In some cases, an excessively large size or an excessively small size may have a certain impact on a filtering effect, and further have a certain impact on video encoding and decoding efficiency and video quality. Therefore, the adaptive loop filtering may be performed by selecting sub-images of different sizes based on an actual situation.

In this embodiment, the encoder side may, as required, determine a target size of the sub-image on which the adaptive loop filtering needs to be performed, and then perform the process of determining the target category for the sub-image of the target size. Then, the encoder side may notify the encoder side by using the fifth indication information, and the decoder side may also learn the target size, so that the decoder side can perform the process of determining the target category for the sub-image of the target size. In an embodiment, the sub-image of the target size can reflect main content in the frame of image. In an embodiment, the size may include a shape, a dimension, and the like.

In this embodiment, the fifth indication information indicates the size of the sub-image of performing the process of determining the target category in the frame of image, and the size of the sub-image can be selected to perform the process of determining the target category, so that video quality and encoding and decoding efficiency can both be improved.

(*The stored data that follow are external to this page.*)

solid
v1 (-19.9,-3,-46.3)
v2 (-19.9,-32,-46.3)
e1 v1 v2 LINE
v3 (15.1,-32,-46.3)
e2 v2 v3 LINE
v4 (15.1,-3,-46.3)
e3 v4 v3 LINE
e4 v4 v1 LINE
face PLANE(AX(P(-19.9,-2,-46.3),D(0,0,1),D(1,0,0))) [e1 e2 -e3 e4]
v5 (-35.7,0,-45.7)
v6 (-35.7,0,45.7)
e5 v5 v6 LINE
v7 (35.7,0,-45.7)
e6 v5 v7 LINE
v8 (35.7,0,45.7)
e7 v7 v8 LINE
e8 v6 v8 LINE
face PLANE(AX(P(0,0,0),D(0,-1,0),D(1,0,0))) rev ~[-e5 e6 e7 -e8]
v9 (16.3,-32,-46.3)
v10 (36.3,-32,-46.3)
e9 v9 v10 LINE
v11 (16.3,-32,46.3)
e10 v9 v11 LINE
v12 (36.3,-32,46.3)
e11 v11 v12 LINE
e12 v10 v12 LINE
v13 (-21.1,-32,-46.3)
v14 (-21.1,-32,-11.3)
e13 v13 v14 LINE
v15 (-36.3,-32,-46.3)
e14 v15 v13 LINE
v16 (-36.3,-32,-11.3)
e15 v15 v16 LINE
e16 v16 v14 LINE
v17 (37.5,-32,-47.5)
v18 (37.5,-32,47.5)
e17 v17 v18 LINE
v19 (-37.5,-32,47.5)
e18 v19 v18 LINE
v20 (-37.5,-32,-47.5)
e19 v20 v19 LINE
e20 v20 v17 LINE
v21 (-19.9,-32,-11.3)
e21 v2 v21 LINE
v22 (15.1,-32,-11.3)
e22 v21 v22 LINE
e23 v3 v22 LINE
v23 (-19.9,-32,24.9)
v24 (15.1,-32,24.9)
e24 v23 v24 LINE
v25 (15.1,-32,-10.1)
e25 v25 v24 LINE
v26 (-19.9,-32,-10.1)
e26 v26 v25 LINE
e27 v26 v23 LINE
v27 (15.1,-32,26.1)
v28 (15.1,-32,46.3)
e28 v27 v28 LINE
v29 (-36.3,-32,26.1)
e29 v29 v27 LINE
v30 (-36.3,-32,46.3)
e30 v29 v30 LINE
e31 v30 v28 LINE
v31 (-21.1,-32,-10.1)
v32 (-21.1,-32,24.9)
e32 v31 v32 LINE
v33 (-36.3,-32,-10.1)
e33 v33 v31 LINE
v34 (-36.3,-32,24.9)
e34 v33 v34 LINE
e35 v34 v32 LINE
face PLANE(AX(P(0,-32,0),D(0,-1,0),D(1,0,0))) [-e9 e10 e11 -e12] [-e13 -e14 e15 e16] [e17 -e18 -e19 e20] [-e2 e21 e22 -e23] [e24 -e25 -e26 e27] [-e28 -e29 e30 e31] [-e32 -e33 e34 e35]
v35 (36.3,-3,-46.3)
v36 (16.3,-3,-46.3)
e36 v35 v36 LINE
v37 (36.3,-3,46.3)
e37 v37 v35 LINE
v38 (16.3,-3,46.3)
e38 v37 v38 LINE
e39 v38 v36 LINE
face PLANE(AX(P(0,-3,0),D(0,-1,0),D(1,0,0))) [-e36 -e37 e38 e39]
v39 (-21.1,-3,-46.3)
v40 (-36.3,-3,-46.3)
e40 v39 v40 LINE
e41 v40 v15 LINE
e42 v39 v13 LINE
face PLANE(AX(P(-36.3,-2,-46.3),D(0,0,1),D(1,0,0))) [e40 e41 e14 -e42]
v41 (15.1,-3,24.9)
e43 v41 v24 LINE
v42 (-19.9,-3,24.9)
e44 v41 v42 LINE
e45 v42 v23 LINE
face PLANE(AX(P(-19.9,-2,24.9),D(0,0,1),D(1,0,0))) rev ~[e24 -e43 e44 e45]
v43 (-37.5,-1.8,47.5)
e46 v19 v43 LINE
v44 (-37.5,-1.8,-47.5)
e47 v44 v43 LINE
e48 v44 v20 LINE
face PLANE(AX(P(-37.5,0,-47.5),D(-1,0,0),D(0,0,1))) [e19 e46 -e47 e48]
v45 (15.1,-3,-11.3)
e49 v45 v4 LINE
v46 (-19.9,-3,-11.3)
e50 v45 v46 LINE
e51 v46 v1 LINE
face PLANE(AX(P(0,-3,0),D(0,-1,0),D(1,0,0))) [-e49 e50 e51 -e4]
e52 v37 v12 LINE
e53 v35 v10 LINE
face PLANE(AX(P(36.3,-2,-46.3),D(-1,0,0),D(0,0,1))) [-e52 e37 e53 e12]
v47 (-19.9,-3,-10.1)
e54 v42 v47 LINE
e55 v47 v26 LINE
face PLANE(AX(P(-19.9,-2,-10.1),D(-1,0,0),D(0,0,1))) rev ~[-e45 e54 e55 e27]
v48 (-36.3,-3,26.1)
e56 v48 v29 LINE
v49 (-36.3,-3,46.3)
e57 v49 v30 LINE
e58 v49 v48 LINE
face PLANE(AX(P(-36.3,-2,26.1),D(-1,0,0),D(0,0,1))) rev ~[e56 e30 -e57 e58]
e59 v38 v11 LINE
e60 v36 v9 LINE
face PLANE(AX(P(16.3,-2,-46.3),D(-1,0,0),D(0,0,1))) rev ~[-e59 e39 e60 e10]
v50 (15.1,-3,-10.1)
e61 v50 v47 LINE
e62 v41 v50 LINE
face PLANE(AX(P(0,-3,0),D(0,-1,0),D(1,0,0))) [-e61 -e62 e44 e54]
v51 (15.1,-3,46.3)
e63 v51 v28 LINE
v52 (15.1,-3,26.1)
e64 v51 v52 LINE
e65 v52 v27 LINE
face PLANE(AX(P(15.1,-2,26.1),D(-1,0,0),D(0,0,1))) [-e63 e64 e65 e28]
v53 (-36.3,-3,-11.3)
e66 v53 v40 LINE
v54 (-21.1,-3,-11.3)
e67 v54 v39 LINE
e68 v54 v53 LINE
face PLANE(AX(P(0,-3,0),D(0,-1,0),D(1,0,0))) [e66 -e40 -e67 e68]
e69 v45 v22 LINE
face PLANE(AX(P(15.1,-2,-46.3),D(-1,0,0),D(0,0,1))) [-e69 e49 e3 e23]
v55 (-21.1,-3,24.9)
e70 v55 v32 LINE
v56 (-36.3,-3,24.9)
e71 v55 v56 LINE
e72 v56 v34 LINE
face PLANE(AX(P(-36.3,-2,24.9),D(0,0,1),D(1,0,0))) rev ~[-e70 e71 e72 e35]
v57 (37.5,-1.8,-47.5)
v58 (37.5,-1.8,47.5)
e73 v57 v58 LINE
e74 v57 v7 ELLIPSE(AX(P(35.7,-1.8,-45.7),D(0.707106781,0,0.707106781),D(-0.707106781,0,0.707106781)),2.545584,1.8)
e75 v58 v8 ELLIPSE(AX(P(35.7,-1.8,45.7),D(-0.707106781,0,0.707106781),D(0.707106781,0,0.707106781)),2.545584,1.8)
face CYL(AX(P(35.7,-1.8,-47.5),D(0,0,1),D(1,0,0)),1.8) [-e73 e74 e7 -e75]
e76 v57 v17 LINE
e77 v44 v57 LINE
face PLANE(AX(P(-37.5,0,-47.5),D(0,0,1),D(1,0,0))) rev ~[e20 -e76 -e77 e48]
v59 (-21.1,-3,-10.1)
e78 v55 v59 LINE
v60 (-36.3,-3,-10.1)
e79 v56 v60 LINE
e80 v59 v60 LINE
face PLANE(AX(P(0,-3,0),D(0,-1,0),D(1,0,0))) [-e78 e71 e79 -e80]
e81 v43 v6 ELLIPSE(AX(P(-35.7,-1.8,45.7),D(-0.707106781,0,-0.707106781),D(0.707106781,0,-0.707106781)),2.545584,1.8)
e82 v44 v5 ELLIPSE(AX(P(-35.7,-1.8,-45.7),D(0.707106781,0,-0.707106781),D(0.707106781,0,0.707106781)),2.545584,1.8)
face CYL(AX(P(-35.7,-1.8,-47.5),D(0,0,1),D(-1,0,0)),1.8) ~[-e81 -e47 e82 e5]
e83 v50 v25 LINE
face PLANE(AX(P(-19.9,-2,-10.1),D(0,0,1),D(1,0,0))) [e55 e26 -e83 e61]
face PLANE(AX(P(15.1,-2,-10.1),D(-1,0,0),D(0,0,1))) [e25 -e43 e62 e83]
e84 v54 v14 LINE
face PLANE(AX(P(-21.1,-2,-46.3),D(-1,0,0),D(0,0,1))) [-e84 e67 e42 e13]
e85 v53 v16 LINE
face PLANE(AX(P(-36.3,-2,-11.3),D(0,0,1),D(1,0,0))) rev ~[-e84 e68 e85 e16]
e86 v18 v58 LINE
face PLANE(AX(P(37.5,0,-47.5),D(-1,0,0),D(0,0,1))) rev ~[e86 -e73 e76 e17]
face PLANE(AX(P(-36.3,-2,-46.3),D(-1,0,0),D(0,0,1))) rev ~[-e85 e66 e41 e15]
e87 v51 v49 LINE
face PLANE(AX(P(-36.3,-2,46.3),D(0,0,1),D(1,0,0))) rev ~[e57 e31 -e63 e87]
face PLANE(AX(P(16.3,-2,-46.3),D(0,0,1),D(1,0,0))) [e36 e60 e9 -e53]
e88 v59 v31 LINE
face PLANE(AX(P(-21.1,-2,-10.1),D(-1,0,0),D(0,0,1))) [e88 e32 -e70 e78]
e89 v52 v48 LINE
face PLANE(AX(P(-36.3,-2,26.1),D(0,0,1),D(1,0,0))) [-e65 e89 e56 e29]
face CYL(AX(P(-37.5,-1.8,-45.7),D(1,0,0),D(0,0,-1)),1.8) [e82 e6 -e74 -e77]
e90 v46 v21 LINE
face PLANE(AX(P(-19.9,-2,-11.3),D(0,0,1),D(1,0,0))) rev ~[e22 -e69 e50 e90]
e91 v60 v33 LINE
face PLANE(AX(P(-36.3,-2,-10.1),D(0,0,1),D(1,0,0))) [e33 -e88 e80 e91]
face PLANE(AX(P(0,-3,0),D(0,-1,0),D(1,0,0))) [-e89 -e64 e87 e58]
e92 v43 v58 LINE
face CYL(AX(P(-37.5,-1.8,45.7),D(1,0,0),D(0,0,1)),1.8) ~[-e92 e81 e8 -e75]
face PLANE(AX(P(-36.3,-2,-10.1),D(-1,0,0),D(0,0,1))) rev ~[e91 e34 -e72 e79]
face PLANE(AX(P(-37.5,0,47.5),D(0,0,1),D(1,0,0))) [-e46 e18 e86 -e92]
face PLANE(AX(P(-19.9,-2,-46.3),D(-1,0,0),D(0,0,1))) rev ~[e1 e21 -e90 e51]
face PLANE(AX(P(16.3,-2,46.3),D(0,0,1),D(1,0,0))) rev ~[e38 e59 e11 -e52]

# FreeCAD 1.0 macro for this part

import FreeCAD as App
import Part
import Sketcher

V = App.Vector
Q = App.Units.Quantity


def edges_at(feature, points):
    """Names of the edges that pass closest to the given points."""
    edges = feature.Shape.Edges
    near = lambda p: min(range(len(edges)), key=lambda i: edges[i].distToShape(Part.Vertex(*p))[0])
    return sorted({f"Edge{near(p) + 1}" for p in points})


def add_polygon(sketch, points):
    """Adds a closed chain of lines whose ends are joined by coincident constraints."""
    first, n = sketch.GeometryCount, len(points)
    for a, b in zip(points, points[1:] + points[:1]):
        sketch.addGeometry(Part.LineSegment(App.Vector(*a, 0), App.Vector(*b, 0)), False)
    for i in range(n):
        sketch.addConstraint(Sketcher.Constraint("Coincident", first + i, 2, first + (i + 1) % n, 1))

doc = App.newDocument("Part")
body = doc.addObject("PartDesign::Body", "Body")

# Sketch on XZ plane
sketch1 = body.newObject("Sketcher::SketchObject", "Sketch")
sketch1.AttachmentSupport = (doc.getObject("XZ_Plane"), [""])
sketch1.MapMode = "FlatFace"
add_polygon(sketch1, [(-38, 48), (-38, -48), (38, -48), (38, 48)])  # lines 0-3
sketch1.addConstraint([
    Sketcher.Constraint("Vertical", 0),
    Sketcher.Constraint("Horizontal", 1),
    Sketcher.Constraint("Vertical", 2),
    Sketcher.Constraint("Horizontal", 3),
    Sketcher.Constraint("Symmetric", 0, 2, 2, 2, -1, 1),
    Sketcher.Constraint("DistanceX", 1, 1, 1, 2, Q("75 mm")),
    Sketcher.Constraint("DistanceY", 0, 2, 0, 1, Q("95 mm")),
])
pad1 = body.newObject("PartDesign::Pad", "Pad")
pad1.Profile = sketch1
pad1.Length = 3

# Sketch on XZ plane
sketch2 = body.newObject("Sketcher::SketchObject", "Sketch001")
sketch2.AttachmentSupport = (doc.getObject("XZ_Plane"), [""])
sketch2.MapMode = "FlatFace"
sketch2.AttachmentOffset = App.Placement(V(0, 0, 2), App.Rotation())
add_polygon(sketch2, [(-38, 48), (-38, -48), (38, -48), (38, 48)])  # lines 0-3
add_polygon(sketch2, [(-21, -46), (-36, -46), (-36, -11), (-21, -11)])  # lines 4-7
add_polygon(sketch2, [(15, -46), (-20, -46), (-20, -11), (15, -11)])  # lines 8-11
add_polygon(sketch2, [(-21, -10), (-36, -10), (-36, 25), (-21, 25)])  # lines 12-15
add_polygon(sketch2, [(15, -10), (-20, -10), (-20, 25), (15, 25)])  # lines 16-19
add_polygon(sketch2, [(15, 26), (-36, 26), (-36, 46), (15, 46)])  # lines 20-23
add_polygon(sketch2, [(36, -46), (16, -46), (16, 46), (36, 46)])  # lines 24-27
sketch2.addConstraint([
    Sketcher.Constraint("Vertical", 0),
    Sketcher.Constraint("Horizontal", 1),
    Sketcher.Constraint("Vertical", 2),
    Sketcher.Constraint("Horizontal", 3),
    Sketcher.Constraint("Horizontal", 4),
    Sketcher.Constraint("Vertical", 5),
    Sketcher.Constraint("Horizontal", 6),
    Sketcher.Constraint("Vertical", 7),
    Sketcher.Constraint("Horizontal", 8),
    Sketcher.Constraint("Vertical", 9),
    Sketcher.Constraint("Horizontal", 10),
    Sketcher.Constraint("Vertical", 11),
    Sketcher.Constraint("Horizontal", 12),
    Sketcher.Constraint("Vertical", 13),
    Sketcher.Constraint("Horizontal", 14),
    Sketcher.Constraint("Vertical", 15),
    Sketcher.Constraint("Horizontal", 16),
    Sketcher.Constraint("Vertical", 17),
    Sketcher.Constraint("Horizontal", 18),
    Sketcher.Constraint("Vertical", 19),
    Sketcher.Constraint("Horizontal", 20),
    Sketcher.Constraint("Vertical", 21),
    Sketcher.Constraint("Horizontal", 22),
    Sketcher.Constraint("Vertical", 23),
    Sketcher.Constraint("Horizontal", 24),
    Sketcher.Constraint("Vertical", 25),
    Sketcher.Constraint("Horizontal", 26),
    Sketcher.Constraint("Vertical", 27),
    Sketcher.Constraint("Symmetric", 0, 2, 2, 2, -1, 1),
    Sketcher.Constraint("Symmetric", 4, 2, 26, 2, -1, 1),
    Sketcher.Constraint("Symmetric", 21, 2, 27, 2, -1, 1),
    Sketcher.Constraint("Symmetric", 11, 2, 22, 2, -1),
    Sketcher.Constraint("Horizontal", 7, 2, 8, 2),
    Sketcher.Constraint("Horizontal", 6, 2, 9, 2),
    Sketcher.Constraint("Horizontal", 15, 2, 16, 2),
    Sketcher.Constraint("Horizontal", 14, 2, 17, 2),
    Sketcher.Constraint("Vertical", 5, 2, 12, 2),
    Sketcher.Constraint("Vertical", 7, 2, 14, 2),
    Sketcher.Constraint("Vertical", 9, 2, 16, 2),
    Sketcher.Constraint("Vertical", 11, 2, 18, 2),
    Sketcher.Constraint("Equal", 18, 5),
    Sketcher.Constraint("Equal", 11, 13),
    Sketcher.Constraint("DistanceX", 1, 1, 1, 2, Q("75 mm")),
    Sketcher.Constraint("DistanceX", 8, 2, 8, 1, Q("35 mm")),
    Sketcher.Constraint("DistanceX", 24, 2, 24, 1, Q("20 mm")),
    Sketcher.Constraint("DistanceY", 0, 2, 0, 1, Q("95 mm")),
    Sketcher.Constraint("DistanceX", 4, 2, 4, 1, Q("15.2 mm")),
    Sketcher.Constraint("DistanceX", 20, 2, 20, 1, Q("51.4 mm")),
    Sketcher.Constraint("DistanceY", 21, 1, 21, 2, Q("20.2 mm")),
    Sketcher.Constraint("DistanceY", 25, 1, 25, 2, Q("92.6 mm")),
    Sketcher.Constraint("DistanceX", 4, 2, -1, 1, Q("36.3 mm")),
    Sketcher.Constraint("DistanceY", 12, 2, -1, 1, Q("10.1 mm")),
])
pad2 = body.newObject("PartDesign::Pad", "Pad001")
pad2.Profile = sketch2
pad2.Length = 30
doc.recompute()

fillet = body.newObject("PartDesign::Fillet", "Fillet")
fillet.Base = (pad2, edges_at(pad2, [
    (0, 0, 47.5),
    (37.5, 0, 0),
    (0, 0, -47.5),
    (-37.5, 0, 0),
]))
fillet.Radius = 1.8

doc.recompute()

The sixth indication information indicates a quantity of images in the image sequence for performing the process of determining the target category.

In some cases, in a video, in general, a content difference of several consecutive image frames is small, while that of several another consecutive image frames is large. Therefore, at least two frames in the image sequence for performing the process of determining the target category may have a certain impact on video quality. Therefore, the quantity of images in the image sequence for performing the process of determining the target category may be selected as required.

In this embodiment, the encoder side may determine, as required, at least two frames of images for performing the process of determining the target category, form an image sequence by using the at least two frames of images, and then perform the process of determining the target category for the image sequence. Then, the encoder side notifies the decoder side by using the sixth indication information, so that the decoder side can perform the process of determining the target category for the image sequence by using the same image sequence. In an embodiment, the image sequence may include at least two frames of images with a small content difference.

For example, the encoder side uses a first frame of image, a second frame of image, and a third frame of image as a group of image sequences, and the encoder side may send the sixth indication information indicating that a quantity of images is 3. In this case, the decoder side may start calculation from the first frame of image in a bit stream to the third frame of image. Then, the encoder side uses a fourth frame of image and a fifth frame of image as a group of image sequences, and the encoder side may send the sixth indication information indicating that the quantity of images is 2. In this case, the decoder side may start calculation from the fourth frame of image in the bit stream to the fifth frame of image.

In this embodiment, the sixth indication information indicates the quantity of images in the image sequence for performing the process of determining the target category, so that video quality can be improved.

If the decoder side receives one of the second indication information, the third indication information, the fourth indication information, the fifth indication information, and the sixth indication information, then an adaptive loop filter is needed for video encoding and decoding.

For ease of understanding, the following embodiments respectively describe the target range, the intermediate range, and the classification subset with reference to a technical solution of decoding indication information.

First, a technical solution of combining the target range with the decoding indication information is described. In the following examples, the target range may also be referred to as a true dynamic range.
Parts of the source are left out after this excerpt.